Companies like AVEVA have developed AI solutions to enable customers to respond to changing conditions in real time to maximize sustainability and profitability. The company’s solutions are helping improve industrial operations by enabling design simulations, optimizing production efficiency, improving energy efficiency, and maximizing yield through reduced waste. This new era of AI has also seen new AI-centric and innovative solution providers emerge, such as Fero Labs. Fero Labs is an industrial process optimization software provider, offering an AI Software-as-a-Service (SaaS) platform for prediction and optimization of industrial processes. The solution gives users the tools for root cause analysis, anomaly detection, multivariate forecasts, scenario testing, and live predictions to target and eliminate process inefficiencies to reduce overall emissions without compromising product quality.

Industrials Face AI Implementation Challenges


The modern factory sits on a goldmine of unused production data, generated at incredible speeds and volumes by automated industrial equipment and IoT sensors. Deploying AI is becoming essential to unlocking the value of these data and driving ESG strategies for cleaner and safer production. Despite the clear benefits of AI-powered analytics tools for improving efficiency, profitability, and sustainability of operations, companies are presented with several challenges when integrating AI into operations, preventing widespread adoption across the industry. These challenges are often most significant for legacy companies averse to change.

  • The common first challenge is that companies lack the infrastructure to effectively store and manage the data. Legacy industrial organizations traditionally have had little expertise in data management, so they face the issue of siloed data across Manufacturing Execution Systems (MESs), data historian, supply chain management, and other internal software platforms. This disconnect means companies cannot effectively combine and leverage the data to drive operational improvements.
  • Another challenge is that legacy infrastructure may not be designed to work with AI, meaning companies need to make expensive upgrades to existing infrastructure to facilitate AI adoption.
  • Scalability is also an issue. As businesses grow, data capture and the demand for AI increases, creating extra requirements for data storage and management infrastructure. This is typically in the form of on-premises data centers or cloud storage, both of which generate extra costs and data security concerns.
  • Finally, there is a technical skills gap preventing companies from adopting effective AI solutions. Implementing AI technology requires comprehensive understanding to leverage complex algorithms and data models, which few companies have in-house.

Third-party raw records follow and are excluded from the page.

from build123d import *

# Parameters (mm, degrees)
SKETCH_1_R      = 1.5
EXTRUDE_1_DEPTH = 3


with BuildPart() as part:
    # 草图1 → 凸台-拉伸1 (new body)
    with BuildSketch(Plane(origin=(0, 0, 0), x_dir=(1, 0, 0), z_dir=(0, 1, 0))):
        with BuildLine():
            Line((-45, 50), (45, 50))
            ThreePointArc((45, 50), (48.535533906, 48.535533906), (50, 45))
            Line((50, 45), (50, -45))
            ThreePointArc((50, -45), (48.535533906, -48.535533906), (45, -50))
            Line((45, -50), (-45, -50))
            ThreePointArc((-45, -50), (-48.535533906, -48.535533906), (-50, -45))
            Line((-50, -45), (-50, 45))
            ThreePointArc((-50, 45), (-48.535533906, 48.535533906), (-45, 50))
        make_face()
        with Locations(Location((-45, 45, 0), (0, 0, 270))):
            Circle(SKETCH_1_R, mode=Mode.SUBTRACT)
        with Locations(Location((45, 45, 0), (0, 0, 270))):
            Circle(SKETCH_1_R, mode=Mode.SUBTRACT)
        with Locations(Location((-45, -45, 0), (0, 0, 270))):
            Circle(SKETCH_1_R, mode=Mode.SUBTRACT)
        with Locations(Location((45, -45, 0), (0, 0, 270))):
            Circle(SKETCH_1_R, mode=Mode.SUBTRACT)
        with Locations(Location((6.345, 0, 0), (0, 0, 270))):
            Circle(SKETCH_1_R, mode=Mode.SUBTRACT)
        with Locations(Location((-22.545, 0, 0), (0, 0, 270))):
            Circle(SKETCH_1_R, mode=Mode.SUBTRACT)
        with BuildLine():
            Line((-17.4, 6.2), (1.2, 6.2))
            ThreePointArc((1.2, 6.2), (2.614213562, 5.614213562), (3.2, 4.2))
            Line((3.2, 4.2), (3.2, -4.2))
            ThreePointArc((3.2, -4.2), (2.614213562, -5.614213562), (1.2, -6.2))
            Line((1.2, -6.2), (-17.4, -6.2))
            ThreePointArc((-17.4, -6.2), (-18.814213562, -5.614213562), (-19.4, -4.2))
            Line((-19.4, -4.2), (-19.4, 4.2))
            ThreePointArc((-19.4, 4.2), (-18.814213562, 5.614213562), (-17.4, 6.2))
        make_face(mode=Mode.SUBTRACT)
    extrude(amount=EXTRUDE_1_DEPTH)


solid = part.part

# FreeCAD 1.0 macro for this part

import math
import FreeCAD as App
import Part
import Sketcher

doc = App.newDocument("Part")
body = doc.addObject("PartDesign::Body", "Body")

# Sketch on XZ plane
sketch1 = doc.addObject("Sketcher::SketchObject", "Sketch")
body.addObject(sketch1)
sketch1.AttachmentSupport = (doc.XZ_Plane, [""])
sketch1.MapMode = "FlatFace"
sketch1.addGeometry([
    Part.LineSegment(App.Vector(45, -50, 0), App.Vector(-45, -50, 0)),  # 0
    Part.ArcOfCircle(Part.Circle(App.Vector(-45, -45, 0), App.Vector(0, 0, 1), 5), math.radians(180), math.radians(270)),  # 1
    Part.LineSegment(App.Vector(-50, -45, 0), App.Vector(-50, 45, 0)),  # 2
    Part.ArcOfCircle(Part.Circle(App.Vector(-45, 45, 0), App.Vector(0, 0, 1), 5), math.radians(90), math.radians(180)),  # 3
    Part.LineSegment(App.Vector(-45, 50, 0), App.Vector(45, 50, 0)),  # 4
    Part.ArcOfCircle(Part.Circle(App.Vector(45, 45, 0), App.Vector(0, 0, 1), 5), math.radians(0), math.radians(90)),  # 5
    Part.LineSegment(App.Vector(50, 45, 0), App.Vector(50, -45, 0)),  # 6
    Part.ArcOfCircle(Part.Circle(App.Vector(45, -45, 0), App.Vector(0, 0, 1), 5), math.radians(-90), math.radians(0)),  # 7
    Part.Circle(App.Vector(45, 45, 0), App.Vector(0, 0, 1), 1.5),  # 8
    Part.Circle(App.Vector(-45, 45, 0), App.Vector(0, 0, 1), 1.5),  # 9
    Part.Circle(App.Vector(6.345, 0, 0), App.Vector(0, 0, 1), 1.5),  # 10
    Part.Circle(App.Vector(45, -45, 0), App.Vector(0, 0, 1), 1.5),  # 11
    Part.LineSegment(App.Vector(-17.4, -6.2, 0), App.Vector(1.2, -6.2, 0)),  # 12
    Part.ArcOfCircle(Part.Circle(App.Vector(1.2, -4.2, 0), App.Vector(0, 0, 1), 2), math.radians(-90), math.radians(0)),  # 13
    Part.LineSegment(App.Vector(3.2, -4.2, 0), App.Vector(3.2, 4.2, 0)),  # 14
    Part.ArcOfCircle(Part.Circle(App.Vector(1.2, 4.2, 0), App.Vector(0, 0, 1), 2), math.radians(0), math.radians(90)),  # 15
    Part.LineSegment(App.Vector(1.2, 6.2, 0), App.Vector(-17.4, 6.2, 0)),  # 16
    Part.ArcOfCircle(Part.Circle(App.Vector(-17.4, 4.2, 0), App.Vector(0, 0, 1), 2), math.radians(90), math.radians(180)),  # 17
    Part.LineSegment(App.Vector(-19.4, 4.2, 0), App.Vector(-19.4, -4.2, 0)),  # 18
    Part.ArcOfCircle(Part.Circle(App.Vector(-17.4, -4.2, 0), App.Vector(0, 0, 1), 2), math.radians(-180), math.radians(-90)),  # 19
    Part.Circle(App.Vector(-22.545, 0, 0), App.Vector(0, 0, 1), 1.5),  # 20
    Part.Circle(App.Vector(-45, -45, 0), App.Vector(0, 0, 1), 1.5),  # 21
], False)
sketch1.addConstraint([
    Sketcher.Constraint("Tangent", 0, 2, 1, 2),
    Sketcher.Constraint("Tangent", 1, 1, 2, 1),
    Sketcher.Constraint("Tangent", 2, 2, 3, 2),
    Sketcher.Constraint("Tangent", 3, 1, 4, 1),
    Sketcher.Constraint("Tangent", 4, 2, 5, 2),
    Sketcher.Constraint("Tangent", 5, 1, 6, 1),
    Sketcher.Constraint("Tangent", 6, 2, 7, 2),
    Sketcher.Constraint("Tangent", 7, 1, 0, 1),
    Sketcher.Constraint("Tangent", 12, 2, 13, 1),
    Sketcher.Constraint("Tangent", 13, 2, 14, 1),
    Sketcher.Constraint("Tangent", 14, 2, 15, 1),
    Sketcher.Constraint("Tangent", 15, 2, 16, 1),
    Sketcher.Constraint("Tangent", 16, 2, 17, 1),
    Sketcher.Constraint("Tangent", 17, 2, 18, 1),
    Sketcher.Constraint("Tangent", 18, 2, 19, 1),
    Sketcher.Constraint("Tangent", 19, 2, 12, 1),
    Sketcher.Constraint("Horizontal", 0),
    Sketcher.Constraint("Vertical", 2),
    Sketcher.Constraint("Horizontal", 4),
    Sketcher.Constraint("Vertical", 6),
    Sketcher.Constraint("Horizontal", 12),
    Sketcher.Constraint("Vertical", 14),
    Sketcher.Constraint("Horizontal", 16),
    Sketcher.Constraint("Vertical", 18),
    Sketcher.Constraint("Coincident", 8, 3, 5, 3),
    Sketcher.Constraint("Coincident", 9, 3, 3, 3),
    Sketcher.Constraint("Coincident", 11, 3, 7, 3),
    Sketcher.Constraint("Coincident", 21, 3, 1, 3),
    Sketcher.Constraint("Equal", 1, 3),
    Sketcher.Constraint("Equal", 3, 5),
    Sketcher.Constraint("Equal", 5, 7),
    Sketcher.Constraint("Equal", 8, 9),
    Sketcher.Constraint("Equal", 9, 10),
    Sketcher.Constraint("Equal", 10, 11),
    Sketcher.Constraint("Equal", 13, 15),
    Sketcher.Constraint("Equal", 15, 17),
    Sketcher.Constraint("Equal", 17, 19),
    Sketcher.Constraint("Equal", 11, 20),
    Sketcher.Constraint("Equal", 20, 21),
    Sketcher.Constraint("Symmetric", 1, 3, 5, 3, -1, 1),
    Sketcher.Constraint("PointOnObject", 10, 3, -1),
    Sketcher.Constraint("PointOnObject", 20, 3, -1),
    Sketcher.Constraint("Equal", 4, 2),
    Sketcher.Constraint("Diameter", 8, 3.0),
    Sketcher.Constraint("Radius", 1, 5.0),
    Sketcher.Constraint("Radius", 13, 2.0),
    Sketcher.Constraint("DistanceX", 0, 2, 0, 1, 90.0),
    Sketcher.Constraint("DistanceX", 12, 1, 12, 2, 18.6),
    Sketcher.Constraint("DistanceY", 14, 1, 14, 2, 8.4),
    Sketcher.Constraint("DistanceX", -1, 1, 13, 3, 1.2),
    Sketcher.Constraint("DistanceY", 13, 3, -1, 1, 4.2),
    Sketcher.Constraint("DistanceX", 20, 3, 10, 3, 28.89),
    Sketcher.Constraint("DistanceX", -1, 1, 10, 3, 6.345),
])
pad1 = doc.addObject("PartDesign::Pad", "Pad")
body.addObject(pad1)
pad1.Profile = sketch1
pad1.Length = 3
pad1.Reversed = True

doc.recompute()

The industrial and manufacturing sectors need digital transformation to enable the seamless integration of AI analytics tools. As companies become more digitized, building robust data foundations is the key first step to create actionable, data-driven improvements to operational efficiencies. Industrial AI is a valuable tool to eliminate data silos by aggregating data into a single database, which can then be standardized, analyzed, and contextualized to form strategies to reduce emission, energy, and waste throughout industrial processes. Industrial leaders will embrace and invest in AI solutions internally or through partnerships to optimize performance and gain a competitive edge.